» **Task prompt**
Which lines in the data contain the word "thickness"? Please copy each of them.

» **Provided material**

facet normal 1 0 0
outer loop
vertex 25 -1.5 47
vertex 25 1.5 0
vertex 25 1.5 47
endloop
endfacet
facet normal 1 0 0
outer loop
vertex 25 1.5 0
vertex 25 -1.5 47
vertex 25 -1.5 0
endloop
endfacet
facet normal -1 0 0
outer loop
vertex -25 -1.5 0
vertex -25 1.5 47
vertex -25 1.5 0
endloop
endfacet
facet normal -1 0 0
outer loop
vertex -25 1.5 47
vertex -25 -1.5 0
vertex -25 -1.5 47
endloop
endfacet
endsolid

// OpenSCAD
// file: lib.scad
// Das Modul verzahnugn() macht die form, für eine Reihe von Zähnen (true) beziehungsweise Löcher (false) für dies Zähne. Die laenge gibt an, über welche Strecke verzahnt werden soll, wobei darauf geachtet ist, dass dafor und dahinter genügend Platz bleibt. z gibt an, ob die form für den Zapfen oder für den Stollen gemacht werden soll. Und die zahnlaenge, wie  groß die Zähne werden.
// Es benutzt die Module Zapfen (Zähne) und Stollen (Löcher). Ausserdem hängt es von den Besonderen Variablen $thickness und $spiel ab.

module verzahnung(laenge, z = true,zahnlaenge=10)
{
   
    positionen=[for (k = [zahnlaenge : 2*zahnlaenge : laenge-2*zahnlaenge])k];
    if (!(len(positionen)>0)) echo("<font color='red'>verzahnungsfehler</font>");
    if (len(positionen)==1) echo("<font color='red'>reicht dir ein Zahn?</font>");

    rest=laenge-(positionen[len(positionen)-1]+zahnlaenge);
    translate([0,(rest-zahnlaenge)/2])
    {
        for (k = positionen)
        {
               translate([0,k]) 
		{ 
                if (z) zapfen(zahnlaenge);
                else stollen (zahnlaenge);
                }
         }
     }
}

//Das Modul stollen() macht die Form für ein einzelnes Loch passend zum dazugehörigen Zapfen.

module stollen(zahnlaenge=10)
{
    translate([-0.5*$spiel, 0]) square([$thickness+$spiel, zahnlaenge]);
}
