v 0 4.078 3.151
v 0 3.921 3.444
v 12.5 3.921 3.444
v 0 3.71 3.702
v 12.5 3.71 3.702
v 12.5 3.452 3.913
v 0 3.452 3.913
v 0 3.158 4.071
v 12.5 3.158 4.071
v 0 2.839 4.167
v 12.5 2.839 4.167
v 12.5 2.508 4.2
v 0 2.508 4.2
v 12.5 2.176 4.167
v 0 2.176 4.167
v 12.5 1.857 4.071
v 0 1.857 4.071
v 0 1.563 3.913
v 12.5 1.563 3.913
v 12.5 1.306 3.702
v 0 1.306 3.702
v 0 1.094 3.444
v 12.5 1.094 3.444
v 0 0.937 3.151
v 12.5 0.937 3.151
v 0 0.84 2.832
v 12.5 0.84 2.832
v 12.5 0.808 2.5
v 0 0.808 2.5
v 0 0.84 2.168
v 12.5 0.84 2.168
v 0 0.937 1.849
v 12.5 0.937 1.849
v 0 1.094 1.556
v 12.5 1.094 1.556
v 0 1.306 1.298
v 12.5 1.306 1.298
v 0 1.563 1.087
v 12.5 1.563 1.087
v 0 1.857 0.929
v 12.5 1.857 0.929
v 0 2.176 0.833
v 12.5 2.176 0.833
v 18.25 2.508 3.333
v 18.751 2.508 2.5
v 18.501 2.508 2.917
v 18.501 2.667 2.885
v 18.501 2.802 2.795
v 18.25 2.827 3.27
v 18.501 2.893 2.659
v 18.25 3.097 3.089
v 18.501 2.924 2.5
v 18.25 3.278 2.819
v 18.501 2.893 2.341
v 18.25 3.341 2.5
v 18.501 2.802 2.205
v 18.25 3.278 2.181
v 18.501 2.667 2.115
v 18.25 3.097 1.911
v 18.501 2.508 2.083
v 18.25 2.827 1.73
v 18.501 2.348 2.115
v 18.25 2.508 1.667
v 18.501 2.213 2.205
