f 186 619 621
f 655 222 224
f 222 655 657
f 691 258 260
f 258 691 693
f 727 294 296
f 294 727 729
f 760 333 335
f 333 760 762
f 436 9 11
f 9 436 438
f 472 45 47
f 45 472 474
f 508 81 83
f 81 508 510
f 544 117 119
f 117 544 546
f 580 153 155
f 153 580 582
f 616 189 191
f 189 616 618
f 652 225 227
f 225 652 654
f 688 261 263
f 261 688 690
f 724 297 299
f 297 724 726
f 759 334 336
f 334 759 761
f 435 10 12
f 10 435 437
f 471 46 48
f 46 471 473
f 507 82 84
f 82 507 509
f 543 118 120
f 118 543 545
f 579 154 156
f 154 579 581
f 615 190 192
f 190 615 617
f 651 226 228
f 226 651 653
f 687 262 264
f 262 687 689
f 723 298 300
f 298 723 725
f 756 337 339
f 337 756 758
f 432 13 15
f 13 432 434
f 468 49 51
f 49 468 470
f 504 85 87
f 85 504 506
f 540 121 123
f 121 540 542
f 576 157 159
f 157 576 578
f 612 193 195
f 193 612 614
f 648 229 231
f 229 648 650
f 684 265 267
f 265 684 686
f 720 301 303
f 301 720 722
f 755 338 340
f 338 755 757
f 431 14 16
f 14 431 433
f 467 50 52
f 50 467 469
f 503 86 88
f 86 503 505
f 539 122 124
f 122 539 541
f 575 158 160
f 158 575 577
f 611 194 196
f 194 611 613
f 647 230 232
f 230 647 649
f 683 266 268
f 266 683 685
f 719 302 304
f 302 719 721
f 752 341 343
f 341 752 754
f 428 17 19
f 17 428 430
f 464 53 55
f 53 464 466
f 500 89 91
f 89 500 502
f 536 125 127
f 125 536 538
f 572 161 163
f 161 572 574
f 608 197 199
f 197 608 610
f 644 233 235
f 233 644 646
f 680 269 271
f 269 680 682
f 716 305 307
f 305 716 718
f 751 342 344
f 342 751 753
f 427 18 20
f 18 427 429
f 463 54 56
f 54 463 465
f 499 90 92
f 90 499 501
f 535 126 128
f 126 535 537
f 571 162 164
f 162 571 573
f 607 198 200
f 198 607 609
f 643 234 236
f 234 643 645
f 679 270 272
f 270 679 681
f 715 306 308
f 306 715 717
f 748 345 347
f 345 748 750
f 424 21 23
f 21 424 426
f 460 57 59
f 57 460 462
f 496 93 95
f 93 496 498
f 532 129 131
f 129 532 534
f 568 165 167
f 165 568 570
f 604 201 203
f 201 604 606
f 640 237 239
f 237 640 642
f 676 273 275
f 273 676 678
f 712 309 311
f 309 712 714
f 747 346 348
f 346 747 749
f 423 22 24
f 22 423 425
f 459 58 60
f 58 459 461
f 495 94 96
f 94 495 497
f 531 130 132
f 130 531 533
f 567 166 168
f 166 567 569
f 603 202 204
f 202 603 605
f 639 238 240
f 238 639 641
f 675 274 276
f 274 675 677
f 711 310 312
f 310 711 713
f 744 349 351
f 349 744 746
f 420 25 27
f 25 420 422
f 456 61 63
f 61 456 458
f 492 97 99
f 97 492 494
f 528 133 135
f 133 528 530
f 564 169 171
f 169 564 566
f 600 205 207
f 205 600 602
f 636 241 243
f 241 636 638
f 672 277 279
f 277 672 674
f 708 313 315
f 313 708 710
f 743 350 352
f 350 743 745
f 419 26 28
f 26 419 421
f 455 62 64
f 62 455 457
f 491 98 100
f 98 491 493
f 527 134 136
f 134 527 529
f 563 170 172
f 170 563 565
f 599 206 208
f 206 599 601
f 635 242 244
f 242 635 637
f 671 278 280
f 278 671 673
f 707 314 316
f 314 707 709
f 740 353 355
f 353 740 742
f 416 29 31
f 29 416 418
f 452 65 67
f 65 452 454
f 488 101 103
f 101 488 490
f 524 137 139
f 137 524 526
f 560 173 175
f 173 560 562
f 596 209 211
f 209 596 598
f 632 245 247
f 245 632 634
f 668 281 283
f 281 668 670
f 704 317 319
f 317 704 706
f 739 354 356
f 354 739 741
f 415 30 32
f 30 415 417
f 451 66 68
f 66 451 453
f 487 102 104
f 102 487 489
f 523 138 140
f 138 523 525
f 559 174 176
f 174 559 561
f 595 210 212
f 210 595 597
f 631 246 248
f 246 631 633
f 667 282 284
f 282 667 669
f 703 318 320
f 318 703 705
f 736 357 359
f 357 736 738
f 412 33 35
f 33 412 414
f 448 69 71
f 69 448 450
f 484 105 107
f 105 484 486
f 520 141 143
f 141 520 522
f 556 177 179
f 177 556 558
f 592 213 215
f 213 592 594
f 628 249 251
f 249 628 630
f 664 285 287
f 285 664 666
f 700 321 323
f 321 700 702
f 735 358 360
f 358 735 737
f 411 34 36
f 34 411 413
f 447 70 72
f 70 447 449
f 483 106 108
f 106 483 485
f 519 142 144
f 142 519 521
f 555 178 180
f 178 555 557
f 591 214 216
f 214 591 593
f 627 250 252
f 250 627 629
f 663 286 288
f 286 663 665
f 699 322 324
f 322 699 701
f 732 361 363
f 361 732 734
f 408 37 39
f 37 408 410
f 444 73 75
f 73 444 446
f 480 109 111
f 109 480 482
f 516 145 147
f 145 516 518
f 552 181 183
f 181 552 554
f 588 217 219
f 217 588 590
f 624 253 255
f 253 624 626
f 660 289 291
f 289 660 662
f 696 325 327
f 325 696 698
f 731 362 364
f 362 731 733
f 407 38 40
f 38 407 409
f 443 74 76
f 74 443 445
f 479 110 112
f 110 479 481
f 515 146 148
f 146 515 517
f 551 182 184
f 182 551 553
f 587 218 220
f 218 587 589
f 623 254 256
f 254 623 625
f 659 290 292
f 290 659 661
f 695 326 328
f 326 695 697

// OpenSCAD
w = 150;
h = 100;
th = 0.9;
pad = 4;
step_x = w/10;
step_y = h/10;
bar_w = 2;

» **Task solution**
// Es benutzt die Module Zapfen (Zähne) und Stollen (Löcher). Ausserdem hängt es von den Besonderen Variablen $thickness und $spiel ab.
    translate([-0.5*$spiel, 0]) square([$thickness+$spiel, zahnlaenge]);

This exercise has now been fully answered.